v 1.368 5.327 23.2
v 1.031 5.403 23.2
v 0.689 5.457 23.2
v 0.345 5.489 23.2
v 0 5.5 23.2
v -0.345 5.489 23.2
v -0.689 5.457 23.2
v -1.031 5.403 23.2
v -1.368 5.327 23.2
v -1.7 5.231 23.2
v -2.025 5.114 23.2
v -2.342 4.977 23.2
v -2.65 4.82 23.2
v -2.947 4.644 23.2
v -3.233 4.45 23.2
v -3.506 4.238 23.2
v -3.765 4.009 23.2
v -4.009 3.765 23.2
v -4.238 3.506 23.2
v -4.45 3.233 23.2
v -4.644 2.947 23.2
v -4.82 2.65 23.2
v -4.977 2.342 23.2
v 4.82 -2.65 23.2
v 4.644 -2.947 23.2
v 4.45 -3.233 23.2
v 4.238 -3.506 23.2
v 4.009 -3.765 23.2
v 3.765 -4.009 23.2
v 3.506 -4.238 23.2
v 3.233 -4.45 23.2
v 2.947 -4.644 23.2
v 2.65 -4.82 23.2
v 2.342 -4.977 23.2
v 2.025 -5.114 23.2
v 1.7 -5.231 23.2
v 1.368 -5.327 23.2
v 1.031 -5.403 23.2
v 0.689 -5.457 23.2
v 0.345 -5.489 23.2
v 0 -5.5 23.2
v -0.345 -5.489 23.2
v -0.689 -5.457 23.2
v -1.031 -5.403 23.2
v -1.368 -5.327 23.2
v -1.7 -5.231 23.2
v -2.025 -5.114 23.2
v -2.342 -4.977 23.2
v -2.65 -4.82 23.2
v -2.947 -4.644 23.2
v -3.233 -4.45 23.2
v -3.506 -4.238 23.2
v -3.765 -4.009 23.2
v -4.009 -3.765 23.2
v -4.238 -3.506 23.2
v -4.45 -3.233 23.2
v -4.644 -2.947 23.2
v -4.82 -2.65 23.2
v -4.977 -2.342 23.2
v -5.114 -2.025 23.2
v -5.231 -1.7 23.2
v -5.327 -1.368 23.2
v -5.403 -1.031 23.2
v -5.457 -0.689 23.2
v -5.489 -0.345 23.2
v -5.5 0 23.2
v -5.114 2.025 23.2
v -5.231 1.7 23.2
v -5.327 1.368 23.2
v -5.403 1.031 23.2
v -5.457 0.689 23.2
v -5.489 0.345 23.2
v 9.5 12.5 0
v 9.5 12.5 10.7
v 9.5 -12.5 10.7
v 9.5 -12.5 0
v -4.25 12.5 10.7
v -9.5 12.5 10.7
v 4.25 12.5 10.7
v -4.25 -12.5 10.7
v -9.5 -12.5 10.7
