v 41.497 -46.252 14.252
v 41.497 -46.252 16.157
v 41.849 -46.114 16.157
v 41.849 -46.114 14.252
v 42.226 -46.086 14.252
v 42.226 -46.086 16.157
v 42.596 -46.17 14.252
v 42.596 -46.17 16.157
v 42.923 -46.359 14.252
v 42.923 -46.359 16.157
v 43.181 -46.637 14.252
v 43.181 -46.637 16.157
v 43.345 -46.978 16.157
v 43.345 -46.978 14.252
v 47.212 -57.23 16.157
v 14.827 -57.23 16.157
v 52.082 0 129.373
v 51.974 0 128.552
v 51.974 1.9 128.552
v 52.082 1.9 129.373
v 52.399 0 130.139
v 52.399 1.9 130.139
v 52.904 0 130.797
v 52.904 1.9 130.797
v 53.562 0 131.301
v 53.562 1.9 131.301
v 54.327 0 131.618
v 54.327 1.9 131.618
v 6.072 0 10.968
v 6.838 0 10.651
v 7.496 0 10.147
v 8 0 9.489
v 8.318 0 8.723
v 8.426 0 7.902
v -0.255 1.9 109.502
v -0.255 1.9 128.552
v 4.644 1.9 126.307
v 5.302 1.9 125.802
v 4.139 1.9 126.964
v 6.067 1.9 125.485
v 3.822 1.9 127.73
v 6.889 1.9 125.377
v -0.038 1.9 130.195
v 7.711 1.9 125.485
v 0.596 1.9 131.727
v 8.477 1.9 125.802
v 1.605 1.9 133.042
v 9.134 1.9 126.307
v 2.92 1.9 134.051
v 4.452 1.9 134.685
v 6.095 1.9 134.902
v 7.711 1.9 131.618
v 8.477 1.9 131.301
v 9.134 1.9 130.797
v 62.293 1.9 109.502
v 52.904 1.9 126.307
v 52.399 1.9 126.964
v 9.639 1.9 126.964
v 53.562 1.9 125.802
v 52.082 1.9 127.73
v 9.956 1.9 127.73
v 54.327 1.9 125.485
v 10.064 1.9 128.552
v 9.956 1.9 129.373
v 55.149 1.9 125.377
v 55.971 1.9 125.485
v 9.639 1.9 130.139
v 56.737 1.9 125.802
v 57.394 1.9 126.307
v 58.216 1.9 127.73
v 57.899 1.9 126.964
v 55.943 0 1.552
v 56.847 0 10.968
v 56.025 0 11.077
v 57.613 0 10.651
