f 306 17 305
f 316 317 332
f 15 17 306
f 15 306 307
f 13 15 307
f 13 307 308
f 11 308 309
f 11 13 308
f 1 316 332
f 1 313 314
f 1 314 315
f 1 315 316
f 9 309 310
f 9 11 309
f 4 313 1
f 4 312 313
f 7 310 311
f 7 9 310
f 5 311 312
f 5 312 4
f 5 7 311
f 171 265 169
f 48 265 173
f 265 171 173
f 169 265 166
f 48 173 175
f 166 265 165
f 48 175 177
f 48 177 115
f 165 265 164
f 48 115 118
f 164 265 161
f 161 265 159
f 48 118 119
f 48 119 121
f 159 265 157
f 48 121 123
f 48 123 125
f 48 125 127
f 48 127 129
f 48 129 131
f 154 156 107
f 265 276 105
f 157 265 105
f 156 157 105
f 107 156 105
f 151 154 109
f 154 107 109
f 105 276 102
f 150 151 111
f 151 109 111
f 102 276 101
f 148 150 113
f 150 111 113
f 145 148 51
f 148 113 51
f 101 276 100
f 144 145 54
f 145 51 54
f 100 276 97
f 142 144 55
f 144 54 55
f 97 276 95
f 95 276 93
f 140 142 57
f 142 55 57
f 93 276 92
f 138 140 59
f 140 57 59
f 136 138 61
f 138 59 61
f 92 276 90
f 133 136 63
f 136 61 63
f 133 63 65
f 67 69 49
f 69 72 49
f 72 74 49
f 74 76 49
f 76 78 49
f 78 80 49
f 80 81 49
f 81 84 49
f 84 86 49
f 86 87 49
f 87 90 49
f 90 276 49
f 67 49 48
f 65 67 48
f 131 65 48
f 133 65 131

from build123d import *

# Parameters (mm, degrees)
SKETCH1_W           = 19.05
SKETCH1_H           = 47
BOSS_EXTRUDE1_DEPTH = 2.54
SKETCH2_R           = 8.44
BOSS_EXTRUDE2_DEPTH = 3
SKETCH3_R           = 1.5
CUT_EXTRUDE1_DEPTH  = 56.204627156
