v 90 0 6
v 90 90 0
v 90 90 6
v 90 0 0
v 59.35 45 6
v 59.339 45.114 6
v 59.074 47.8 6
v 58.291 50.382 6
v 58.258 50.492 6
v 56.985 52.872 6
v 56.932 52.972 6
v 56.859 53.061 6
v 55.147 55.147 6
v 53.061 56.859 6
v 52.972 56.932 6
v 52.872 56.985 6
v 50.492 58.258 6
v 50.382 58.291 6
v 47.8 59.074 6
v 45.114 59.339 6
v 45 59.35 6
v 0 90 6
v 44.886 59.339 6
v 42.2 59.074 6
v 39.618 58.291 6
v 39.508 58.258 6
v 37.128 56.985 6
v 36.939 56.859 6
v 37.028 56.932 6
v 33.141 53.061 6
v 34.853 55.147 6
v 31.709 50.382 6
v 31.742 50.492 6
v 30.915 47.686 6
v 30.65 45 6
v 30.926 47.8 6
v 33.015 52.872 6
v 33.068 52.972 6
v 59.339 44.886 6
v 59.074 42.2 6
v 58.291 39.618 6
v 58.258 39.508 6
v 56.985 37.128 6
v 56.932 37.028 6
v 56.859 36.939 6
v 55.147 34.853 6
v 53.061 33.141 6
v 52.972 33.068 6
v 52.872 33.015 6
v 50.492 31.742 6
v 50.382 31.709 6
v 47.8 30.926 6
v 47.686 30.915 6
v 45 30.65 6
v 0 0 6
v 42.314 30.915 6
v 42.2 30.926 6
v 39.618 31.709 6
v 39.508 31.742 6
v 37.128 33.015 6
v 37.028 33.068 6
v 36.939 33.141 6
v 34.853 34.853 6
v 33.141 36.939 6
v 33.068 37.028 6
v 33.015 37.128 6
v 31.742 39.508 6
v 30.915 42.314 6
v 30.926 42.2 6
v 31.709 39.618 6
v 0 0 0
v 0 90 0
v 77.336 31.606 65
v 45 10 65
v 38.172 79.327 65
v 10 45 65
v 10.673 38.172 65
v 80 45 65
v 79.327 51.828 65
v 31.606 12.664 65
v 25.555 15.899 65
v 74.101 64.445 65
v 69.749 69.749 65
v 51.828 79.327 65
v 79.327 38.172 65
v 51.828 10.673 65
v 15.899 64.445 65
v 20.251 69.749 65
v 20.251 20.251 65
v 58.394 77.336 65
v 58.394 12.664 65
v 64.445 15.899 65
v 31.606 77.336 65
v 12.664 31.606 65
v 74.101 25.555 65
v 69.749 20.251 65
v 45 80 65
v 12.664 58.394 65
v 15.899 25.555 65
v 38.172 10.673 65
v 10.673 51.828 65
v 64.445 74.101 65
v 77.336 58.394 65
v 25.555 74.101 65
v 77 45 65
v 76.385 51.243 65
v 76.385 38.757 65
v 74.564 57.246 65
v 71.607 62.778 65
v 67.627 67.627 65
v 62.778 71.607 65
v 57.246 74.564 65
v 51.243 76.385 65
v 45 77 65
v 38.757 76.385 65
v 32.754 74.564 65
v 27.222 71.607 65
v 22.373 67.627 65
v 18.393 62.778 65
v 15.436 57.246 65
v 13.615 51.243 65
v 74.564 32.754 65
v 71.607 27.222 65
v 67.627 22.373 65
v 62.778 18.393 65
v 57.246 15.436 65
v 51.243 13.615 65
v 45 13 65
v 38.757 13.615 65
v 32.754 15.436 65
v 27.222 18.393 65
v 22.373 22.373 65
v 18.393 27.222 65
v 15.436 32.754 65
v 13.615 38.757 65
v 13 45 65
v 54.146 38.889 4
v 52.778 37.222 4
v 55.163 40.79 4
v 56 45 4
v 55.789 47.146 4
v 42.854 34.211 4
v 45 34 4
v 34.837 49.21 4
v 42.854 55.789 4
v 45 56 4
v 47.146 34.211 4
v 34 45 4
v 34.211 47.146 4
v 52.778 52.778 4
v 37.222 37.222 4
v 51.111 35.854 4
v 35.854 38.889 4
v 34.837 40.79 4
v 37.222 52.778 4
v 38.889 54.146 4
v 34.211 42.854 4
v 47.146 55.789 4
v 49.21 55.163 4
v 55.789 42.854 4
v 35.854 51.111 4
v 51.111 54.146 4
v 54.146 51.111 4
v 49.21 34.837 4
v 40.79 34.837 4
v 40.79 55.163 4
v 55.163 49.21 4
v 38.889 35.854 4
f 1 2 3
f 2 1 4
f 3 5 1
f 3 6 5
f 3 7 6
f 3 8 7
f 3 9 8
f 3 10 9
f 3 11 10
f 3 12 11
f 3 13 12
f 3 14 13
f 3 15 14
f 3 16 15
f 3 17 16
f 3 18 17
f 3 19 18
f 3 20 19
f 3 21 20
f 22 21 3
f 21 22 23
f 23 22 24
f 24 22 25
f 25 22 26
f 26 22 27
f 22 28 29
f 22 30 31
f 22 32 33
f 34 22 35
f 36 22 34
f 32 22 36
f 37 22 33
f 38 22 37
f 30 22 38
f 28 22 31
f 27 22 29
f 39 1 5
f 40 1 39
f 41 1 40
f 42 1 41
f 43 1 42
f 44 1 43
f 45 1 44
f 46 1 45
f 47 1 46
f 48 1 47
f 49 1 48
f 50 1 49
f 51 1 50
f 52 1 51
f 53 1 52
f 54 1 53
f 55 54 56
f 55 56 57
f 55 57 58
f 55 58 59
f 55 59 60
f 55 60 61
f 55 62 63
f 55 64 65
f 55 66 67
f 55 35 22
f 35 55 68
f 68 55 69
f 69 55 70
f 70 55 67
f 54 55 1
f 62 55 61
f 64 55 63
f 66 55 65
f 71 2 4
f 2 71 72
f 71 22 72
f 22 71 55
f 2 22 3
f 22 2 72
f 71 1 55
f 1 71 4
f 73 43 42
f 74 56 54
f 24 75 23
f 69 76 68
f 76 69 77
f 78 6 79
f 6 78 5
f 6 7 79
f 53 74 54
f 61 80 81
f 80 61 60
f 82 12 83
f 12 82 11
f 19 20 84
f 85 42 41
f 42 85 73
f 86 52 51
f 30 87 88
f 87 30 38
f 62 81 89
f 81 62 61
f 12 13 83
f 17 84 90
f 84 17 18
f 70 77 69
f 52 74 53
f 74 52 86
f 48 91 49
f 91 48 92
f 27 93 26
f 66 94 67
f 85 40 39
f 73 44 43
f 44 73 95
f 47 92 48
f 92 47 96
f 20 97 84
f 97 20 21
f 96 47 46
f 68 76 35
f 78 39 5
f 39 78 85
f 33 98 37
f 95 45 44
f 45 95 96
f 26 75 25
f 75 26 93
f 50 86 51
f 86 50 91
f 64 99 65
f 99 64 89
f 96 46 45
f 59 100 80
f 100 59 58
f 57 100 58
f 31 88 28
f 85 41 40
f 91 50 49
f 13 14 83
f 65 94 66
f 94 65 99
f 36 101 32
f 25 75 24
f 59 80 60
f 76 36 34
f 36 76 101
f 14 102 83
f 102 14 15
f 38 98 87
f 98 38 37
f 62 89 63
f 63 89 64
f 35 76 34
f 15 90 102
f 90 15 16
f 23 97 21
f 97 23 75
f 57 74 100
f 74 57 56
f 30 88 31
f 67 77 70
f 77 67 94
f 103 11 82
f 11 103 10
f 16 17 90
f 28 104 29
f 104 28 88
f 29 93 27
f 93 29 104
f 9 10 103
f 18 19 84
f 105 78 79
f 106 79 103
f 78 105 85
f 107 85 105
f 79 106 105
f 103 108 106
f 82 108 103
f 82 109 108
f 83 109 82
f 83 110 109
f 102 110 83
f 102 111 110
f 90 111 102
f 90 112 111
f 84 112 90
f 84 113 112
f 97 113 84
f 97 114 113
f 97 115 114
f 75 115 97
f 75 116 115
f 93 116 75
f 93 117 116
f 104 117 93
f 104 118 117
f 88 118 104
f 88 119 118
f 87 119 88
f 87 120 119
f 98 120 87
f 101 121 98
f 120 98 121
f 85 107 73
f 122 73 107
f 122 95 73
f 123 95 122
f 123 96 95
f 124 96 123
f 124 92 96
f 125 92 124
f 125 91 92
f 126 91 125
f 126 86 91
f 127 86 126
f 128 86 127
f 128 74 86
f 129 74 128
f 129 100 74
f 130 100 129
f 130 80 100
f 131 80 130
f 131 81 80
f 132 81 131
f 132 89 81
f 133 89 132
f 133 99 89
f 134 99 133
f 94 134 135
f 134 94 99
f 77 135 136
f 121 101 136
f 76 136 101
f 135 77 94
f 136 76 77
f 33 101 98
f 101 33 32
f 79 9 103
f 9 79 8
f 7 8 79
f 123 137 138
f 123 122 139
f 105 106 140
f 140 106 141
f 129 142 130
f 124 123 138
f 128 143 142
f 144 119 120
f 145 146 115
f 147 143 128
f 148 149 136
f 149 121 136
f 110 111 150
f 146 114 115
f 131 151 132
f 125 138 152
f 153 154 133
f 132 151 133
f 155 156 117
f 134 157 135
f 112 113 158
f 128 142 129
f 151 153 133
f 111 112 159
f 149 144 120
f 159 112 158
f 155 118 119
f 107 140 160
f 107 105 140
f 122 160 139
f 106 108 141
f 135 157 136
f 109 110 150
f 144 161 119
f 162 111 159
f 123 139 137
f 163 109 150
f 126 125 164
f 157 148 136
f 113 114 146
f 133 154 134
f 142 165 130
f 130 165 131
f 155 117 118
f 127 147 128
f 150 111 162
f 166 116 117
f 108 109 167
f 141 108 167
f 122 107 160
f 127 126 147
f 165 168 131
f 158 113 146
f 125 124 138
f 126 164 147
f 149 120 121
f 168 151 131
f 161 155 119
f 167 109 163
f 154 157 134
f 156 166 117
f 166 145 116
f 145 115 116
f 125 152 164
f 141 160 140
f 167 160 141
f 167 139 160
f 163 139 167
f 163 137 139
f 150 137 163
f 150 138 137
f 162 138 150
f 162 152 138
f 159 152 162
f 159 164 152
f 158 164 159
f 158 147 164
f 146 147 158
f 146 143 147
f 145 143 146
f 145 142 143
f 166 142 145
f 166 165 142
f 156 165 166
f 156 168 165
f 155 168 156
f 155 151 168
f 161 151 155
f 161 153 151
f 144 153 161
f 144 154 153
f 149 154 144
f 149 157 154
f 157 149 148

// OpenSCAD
$fn = 32;

// ----------------------------------------------------------------------
// Hopper: funnel with square flange
// ----------------------------------------------------------------------

// --- parameters (mm) ---
fl = 90;                  // flange side, X and Y
fl_t = 6;                 // flange thickness
cone_h = 60;              // cone height above the flange
top_d = 70;               // cone mouth diameter
bot_d = 28;               // cone spout diameter
wall = 3;                 // cone wall thickness

bore_d = bot_d - 2 * wall;  // spout bore diameter
total_h = fl_t + cone_h - 1;  // overall height

difference() {
  union() {
    cube([fl, fl, fl_t]);
    translate([fl / 2, fl / 2, fl_t - 1])
      cylinder(h = cone_h, d1 = bot_d, d2 = top_d);
  }
  translate([fl / 2, fl / 2, fl_t - 2])
    cylinder(h = cone_h + 1, d1 = bore_d, d2 = top_d - 2 * wall);
}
━━━━━━━━
_WHAT YOU NEED TO DO_.
Up to and including the line with "v 53.562 0 131.301", print every line of the material above, starting from its first line, exactly.

_FINISHED TASK_.
v 1.368 5.327 23.2
v 1.031 5.403 23.2
v 0.689 5.457 23.2
v 0.345 5.489 23.2
v 0 5.5 23.2
v -0.345 5.489 23.2
v -0.689 5.457 23.2
v -1.031 5.403 23.2
v -1.368 5.327 23.2
v -1.7 5.231 23.2
v -2.025 5.114 23.2
v -2.342 4.977 23.2
v -2.65 4.82 23.2
v -2.947 4.644 23.2
v -3.233 4.45 23.2
v -3.506 4.238 23.2
v -3.765 4.009 23.2
v -4.009 3.765 23.2
v -4.238 3.506 23.2
v -4.45 3.233 23.2
v -4.644 2.947 23.2
v -4.82 2.65 23.2
v -4.977 2.342 23.2
v 4.82 -2.65 23.2
v 4.644 -2.947 23.2
v 4.45 -3.233 23.2
v 4.238 -3.506 23.2
v 4.009 -3.765 23.2
v 3.765 -4.009 23.2
v 3.506 -4.238 23.2
v 3.233 -4.45 23.2
v 2.947 -4.644 23.2
v 2.65 -4.82 23.2
v 2.342 -4.977 23.2
v 2.025 -5.114 23.2
v 1.7 -5.231 23.2
v 1.368 -5.327 23.2
v 1.031 -5.403 23.2
v 0.689 -5.457 23.2
v 0.345 -5.489 23.2
v 0 -5.5 23.2
v -0.345 -5.489 23.2
v -0.689 -5.457 23.2
v -1.031 -5.403 23.2
v -1.368 -5.327 23.2
v -1.7 -5.231 23.2
v -2.025 -5.114 23.2
v -2.342 -4.977 23.2
v -2.65 -4.82 23.2
v -2.947 -4.644 23.2
v -3.233 -4.45 23.2
v -3.506 -4.238 23.2
v -3.765 -4.009 23.2
v -4.009 -3.765 23.2
v -4.238 -3.506 23.2
v -4.45 -3.233 23.2
v -4.644 -2.947 23.2
v -4.82 -2.65 23.2
v -4.977 -2.342 23.2
v -5.114 -2.025 23.2
v -5.231 -1.7 23.2
v -5.327 -1.368 23.2
v -5.403 -1.031 23.2
v -5.457 -0.689 23.2
v -5.489 -0.345 23.2
v -5.5 0 23.2
v -5.114 2.025 23.2
v -5.231 1.7 23.2
v -5.327 1.368 23.2
v -5.403 1.031 23.2
v -5.457 0.689 23.2
v -5.489 0.345 23.2
v 9.5 12.5 0
v 9.5 12.5 10.7
v 9.5 -12.5 10.7
v 9.5 -12.5 0
v -4.25 12.5 10.7
v -9.5 12.5 10.7
v 4.25 12.5 10.7
v -4.25 -12.5 10.7
v -9.5 -12.5 10.7
v 41.497 -46.252 14.252
v 41.497 -46.252 16.157
v 41.849 -46.114 16.157
v 41.849 -46.114 14.252
v 42.226 -46.086 14.252
v 42.226 -46.086 16.157
v 42.596 -46.17 14.252
v 42.596 -46.17 16.157
v 42.923 -46.359 14.252
v 42.923 -46.359 16.157
v 43.181 -46.637 14.252
v 43.181 -46.637 16.157
v 43.345 -46.978 16.157
v 43.345 -46.978 14.252
v 47.212 -57.23 16.157
v 14.827 -57.23 16.157
v 52.082 0 129.373
v 51.974 0 128.552
v 51.974 1.9 128.552
v 52.082 1.9 129.373
v 52.399 0 130.139
v 52.399 1.9 130.139
v 52.904 0 130.797
v 52.904 1.9 130.797
v 53.562 0 131.301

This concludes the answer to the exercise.